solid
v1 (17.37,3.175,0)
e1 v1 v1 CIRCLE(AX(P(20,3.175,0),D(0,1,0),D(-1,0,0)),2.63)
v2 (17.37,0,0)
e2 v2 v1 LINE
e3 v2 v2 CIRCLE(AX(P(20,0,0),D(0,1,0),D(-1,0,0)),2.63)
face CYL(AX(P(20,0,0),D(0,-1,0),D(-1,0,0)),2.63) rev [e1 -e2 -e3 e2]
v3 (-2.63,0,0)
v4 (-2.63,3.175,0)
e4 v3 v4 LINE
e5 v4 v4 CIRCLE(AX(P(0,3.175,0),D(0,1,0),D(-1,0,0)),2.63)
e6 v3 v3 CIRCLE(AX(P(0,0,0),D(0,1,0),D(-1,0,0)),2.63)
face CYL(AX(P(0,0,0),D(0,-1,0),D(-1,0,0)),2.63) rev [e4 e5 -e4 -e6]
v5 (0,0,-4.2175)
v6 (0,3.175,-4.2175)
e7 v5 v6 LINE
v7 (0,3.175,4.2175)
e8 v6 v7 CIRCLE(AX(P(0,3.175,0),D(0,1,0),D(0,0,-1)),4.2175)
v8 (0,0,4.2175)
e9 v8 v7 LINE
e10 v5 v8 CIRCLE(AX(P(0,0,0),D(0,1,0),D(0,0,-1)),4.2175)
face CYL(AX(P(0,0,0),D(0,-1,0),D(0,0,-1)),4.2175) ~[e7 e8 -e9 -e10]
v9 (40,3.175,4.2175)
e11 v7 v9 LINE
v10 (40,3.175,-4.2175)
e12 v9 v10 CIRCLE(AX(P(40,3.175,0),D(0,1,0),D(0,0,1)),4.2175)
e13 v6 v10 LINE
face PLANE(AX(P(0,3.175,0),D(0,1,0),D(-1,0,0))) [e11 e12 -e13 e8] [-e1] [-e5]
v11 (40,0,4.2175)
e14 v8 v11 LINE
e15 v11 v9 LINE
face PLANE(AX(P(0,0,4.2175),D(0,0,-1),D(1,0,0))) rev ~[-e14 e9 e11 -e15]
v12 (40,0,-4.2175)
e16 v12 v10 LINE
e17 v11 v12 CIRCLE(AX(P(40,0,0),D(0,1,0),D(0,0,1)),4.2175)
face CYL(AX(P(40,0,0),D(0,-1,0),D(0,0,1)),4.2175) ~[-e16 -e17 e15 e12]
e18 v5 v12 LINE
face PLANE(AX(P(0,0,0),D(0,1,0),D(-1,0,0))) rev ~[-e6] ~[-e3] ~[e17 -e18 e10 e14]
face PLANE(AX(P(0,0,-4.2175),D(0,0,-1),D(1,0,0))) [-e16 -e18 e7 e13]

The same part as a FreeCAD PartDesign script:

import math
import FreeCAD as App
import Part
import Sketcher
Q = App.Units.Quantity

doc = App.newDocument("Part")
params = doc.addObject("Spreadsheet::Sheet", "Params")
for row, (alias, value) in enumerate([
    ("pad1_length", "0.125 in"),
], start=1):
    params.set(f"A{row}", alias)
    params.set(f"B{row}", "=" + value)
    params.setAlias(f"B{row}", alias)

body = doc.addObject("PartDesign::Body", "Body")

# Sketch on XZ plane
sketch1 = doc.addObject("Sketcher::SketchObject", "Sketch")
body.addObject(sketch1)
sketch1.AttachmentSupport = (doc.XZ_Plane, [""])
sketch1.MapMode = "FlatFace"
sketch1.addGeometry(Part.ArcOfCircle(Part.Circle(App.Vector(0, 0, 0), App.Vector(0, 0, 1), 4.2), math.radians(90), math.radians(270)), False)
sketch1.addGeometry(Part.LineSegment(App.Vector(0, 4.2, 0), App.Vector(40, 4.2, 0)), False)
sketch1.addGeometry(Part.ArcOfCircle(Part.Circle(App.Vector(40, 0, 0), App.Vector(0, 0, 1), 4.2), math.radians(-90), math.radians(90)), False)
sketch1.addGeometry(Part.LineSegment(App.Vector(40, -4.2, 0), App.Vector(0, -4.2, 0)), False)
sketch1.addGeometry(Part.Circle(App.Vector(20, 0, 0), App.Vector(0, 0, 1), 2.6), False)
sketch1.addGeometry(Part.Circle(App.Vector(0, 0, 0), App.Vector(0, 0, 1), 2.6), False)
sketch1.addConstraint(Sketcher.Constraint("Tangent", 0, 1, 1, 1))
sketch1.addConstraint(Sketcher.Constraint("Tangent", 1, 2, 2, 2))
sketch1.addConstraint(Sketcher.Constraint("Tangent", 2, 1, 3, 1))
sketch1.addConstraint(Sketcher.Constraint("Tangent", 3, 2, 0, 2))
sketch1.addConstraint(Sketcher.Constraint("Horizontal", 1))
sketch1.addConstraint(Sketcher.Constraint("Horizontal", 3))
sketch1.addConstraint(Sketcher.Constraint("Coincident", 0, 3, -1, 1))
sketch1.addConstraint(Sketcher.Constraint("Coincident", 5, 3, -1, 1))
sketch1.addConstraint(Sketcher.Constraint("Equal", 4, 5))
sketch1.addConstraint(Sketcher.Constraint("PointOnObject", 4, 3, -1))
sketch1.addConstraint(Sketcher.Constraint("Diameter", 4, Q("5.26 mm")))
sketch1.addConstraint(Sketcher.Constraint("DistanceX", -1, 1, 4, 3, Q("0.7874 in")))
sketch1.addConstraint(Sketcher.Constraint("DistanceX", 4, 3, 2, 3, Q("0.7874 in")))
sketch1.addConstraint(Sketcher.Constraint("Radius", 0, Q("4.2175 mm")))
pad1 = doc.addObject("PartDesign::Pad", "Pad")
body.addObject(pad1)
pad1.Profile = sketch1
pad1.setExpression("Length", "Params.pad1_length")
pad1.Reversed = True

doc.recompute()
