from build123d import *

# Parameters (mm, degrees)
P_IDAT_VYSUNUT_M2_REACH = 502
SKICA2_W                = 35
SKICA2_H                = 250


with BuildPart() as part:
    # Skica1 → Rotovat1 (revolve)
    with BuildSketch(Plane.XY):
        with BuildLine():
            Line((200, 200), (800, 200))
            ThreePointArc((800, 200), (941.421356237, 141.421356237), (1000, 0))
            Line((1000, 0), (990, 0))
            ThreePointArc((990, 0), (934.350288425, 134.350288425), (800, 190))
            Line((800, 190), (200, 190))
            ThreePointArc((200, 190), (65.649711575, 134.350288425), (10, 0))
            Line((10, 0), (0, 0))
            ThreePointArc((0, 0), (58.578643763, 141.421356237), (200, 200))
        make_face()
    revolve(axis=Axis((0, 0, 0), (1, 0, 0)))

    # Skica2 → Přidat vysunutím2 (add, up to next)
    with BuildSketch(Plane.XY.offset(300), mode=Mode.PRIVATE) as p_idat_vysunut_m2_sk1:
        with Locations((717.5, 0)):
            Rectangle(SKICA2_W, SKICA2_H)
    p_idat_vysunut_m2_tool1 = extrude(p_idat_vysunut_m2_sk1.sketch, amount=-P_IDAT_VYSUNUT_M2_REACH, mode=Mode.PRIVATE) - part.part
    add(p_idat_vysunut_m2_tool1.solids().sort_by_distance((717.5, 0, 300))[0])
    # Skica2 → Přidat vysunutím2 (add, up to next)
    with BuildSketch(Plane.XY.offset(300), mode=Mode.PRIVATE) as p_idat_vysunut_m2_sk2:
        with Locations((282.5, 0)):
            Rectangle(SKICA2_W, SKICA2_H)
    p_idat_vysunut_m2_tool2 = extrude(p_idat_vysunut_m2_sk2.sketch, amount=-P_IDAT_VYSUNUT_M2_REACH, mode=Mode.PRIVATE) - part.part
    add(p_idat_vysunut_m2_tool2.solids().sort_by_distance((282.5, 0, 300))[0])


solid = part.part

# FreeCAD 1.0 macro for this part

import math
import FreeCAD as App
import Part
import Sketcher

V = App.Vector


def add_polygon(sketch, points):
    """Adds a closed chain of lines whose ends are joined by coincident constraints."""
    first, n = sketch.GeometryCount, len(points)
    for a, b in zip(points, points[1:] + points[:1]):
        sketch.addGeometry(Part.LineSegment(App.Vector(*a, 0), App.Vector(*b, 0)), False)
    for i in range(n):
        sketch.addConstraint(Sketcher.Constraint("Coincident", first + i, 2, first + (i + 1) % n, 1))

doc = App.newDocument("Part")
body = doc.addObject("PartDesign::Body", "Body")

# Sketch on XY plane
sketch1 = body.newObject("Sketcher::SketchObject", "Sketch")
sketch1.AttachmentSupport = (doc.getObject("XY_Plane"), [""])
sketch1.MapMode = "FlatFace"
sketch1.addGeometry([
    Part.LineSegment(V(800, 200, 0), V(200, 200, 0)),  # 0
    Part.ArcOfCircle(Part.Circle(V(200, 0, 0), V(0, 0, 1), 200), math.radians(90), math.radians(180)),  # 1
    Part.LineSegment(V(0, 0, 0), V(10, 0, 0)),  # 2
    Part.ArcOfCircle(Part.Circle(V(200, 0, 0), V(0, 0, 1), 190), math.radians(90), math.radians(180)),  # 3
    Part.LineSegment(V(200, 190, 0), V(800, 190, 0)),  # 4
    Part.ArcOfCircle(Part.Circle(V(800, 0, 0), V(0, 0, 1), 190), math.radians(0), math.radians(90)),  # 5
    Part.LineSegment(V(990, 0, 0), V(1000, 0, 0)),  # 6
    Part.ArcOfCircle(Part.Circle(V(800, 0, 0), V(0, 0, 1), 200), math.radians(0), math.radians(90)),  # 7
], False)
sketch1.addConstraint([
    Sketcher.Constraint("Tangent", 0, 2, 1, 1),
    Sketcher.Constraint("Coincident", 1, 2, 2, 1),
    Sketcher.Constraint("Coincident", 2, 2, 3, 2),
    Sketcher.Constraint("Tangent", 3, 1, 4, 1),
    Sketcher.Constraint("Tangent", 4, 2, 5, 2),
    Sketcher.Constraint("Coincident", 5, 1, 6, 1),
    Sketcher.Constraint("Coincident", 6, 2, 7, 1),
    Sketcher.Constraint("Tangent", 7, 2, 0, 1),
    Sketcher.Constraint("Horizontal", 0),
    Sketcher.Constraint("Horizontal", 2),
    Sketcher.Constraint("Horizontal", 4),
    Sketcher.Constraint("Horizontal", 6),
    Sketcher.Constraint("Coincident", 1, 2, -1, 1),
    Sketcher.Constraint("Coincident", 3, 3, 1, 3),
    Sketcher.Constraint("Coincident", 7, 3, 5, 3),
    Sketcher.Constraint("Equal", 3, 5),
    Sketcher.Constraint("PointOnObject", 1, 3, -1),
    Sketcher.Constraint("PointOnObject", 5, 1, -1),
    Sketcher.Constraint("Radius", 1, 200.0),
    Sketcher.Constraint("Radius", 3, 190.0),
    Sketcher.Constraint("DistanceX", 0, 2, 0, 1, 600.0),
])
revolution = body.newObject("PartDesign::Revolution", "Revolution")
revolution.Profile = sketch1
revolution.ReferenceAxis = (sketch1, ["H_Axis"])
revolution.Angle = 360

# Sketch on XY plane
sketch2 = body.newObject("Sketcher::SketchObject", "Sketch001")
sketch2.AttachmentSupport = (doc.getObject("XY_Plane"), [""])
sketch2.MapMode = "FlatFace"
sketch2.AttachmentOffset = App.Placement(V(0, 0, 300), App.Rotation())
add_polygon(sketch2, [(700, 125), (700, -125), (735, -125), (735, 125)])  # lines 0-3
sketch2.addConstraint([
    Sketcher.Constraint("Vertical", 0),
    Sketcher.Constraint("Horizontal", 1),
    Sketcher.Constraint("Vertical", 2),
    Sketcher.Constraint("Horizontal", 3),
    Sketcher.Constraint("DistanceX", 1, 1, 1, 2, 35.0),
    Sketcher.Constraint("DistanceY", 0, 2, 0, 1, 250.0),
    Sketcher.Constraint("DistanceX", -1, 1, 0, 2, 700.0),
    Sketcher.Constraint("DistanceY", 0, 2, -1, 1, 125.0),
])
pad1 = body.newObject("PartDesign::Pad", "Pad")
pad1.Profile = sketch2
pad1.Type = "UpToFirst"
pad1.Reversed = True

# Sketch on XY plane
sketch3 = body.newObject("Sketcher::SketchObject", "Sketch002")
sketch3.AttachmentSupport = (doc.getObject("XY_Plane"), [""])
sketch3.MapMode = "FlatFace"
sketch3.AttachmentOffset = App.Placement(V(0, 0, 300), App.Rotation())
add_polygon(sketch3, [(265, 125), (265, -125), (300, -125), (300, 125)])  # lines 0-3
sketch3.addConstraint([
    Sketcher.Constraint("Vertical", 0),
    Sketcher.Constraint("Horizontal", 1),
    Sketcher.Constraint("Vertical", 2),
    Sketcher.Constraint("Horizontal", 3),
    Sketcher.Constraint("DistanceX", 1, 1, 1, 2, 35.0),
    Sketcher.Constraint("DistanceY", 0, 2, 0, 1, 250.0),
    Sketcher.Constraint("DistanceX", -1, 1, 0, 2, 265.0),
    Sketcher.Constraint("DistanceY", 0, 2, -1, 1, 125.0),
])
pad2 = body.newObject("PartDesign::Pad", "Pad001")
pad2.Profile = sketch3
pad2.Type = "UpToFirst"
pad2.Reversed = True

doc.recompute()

(Assigned task) Where a line of the records has the string "extrude", return that line.

(Task response)
    p_idat_vysunut_m2_tool1 = extrude(p_idat_vysunut_m2_sk1.sketch, amount=-P_IDAT_VYSUNUT_M2_REACH, mode=Mode.PRIVATE) - part.part
    p_idat_vysunut_m2_tool2 = extrude(p_idat_vysunut_m2_sk2.sketch, amount=-P_IDAT_VYSUNUT_M2_REACH, mode=Mode.PRIVATE) - part.part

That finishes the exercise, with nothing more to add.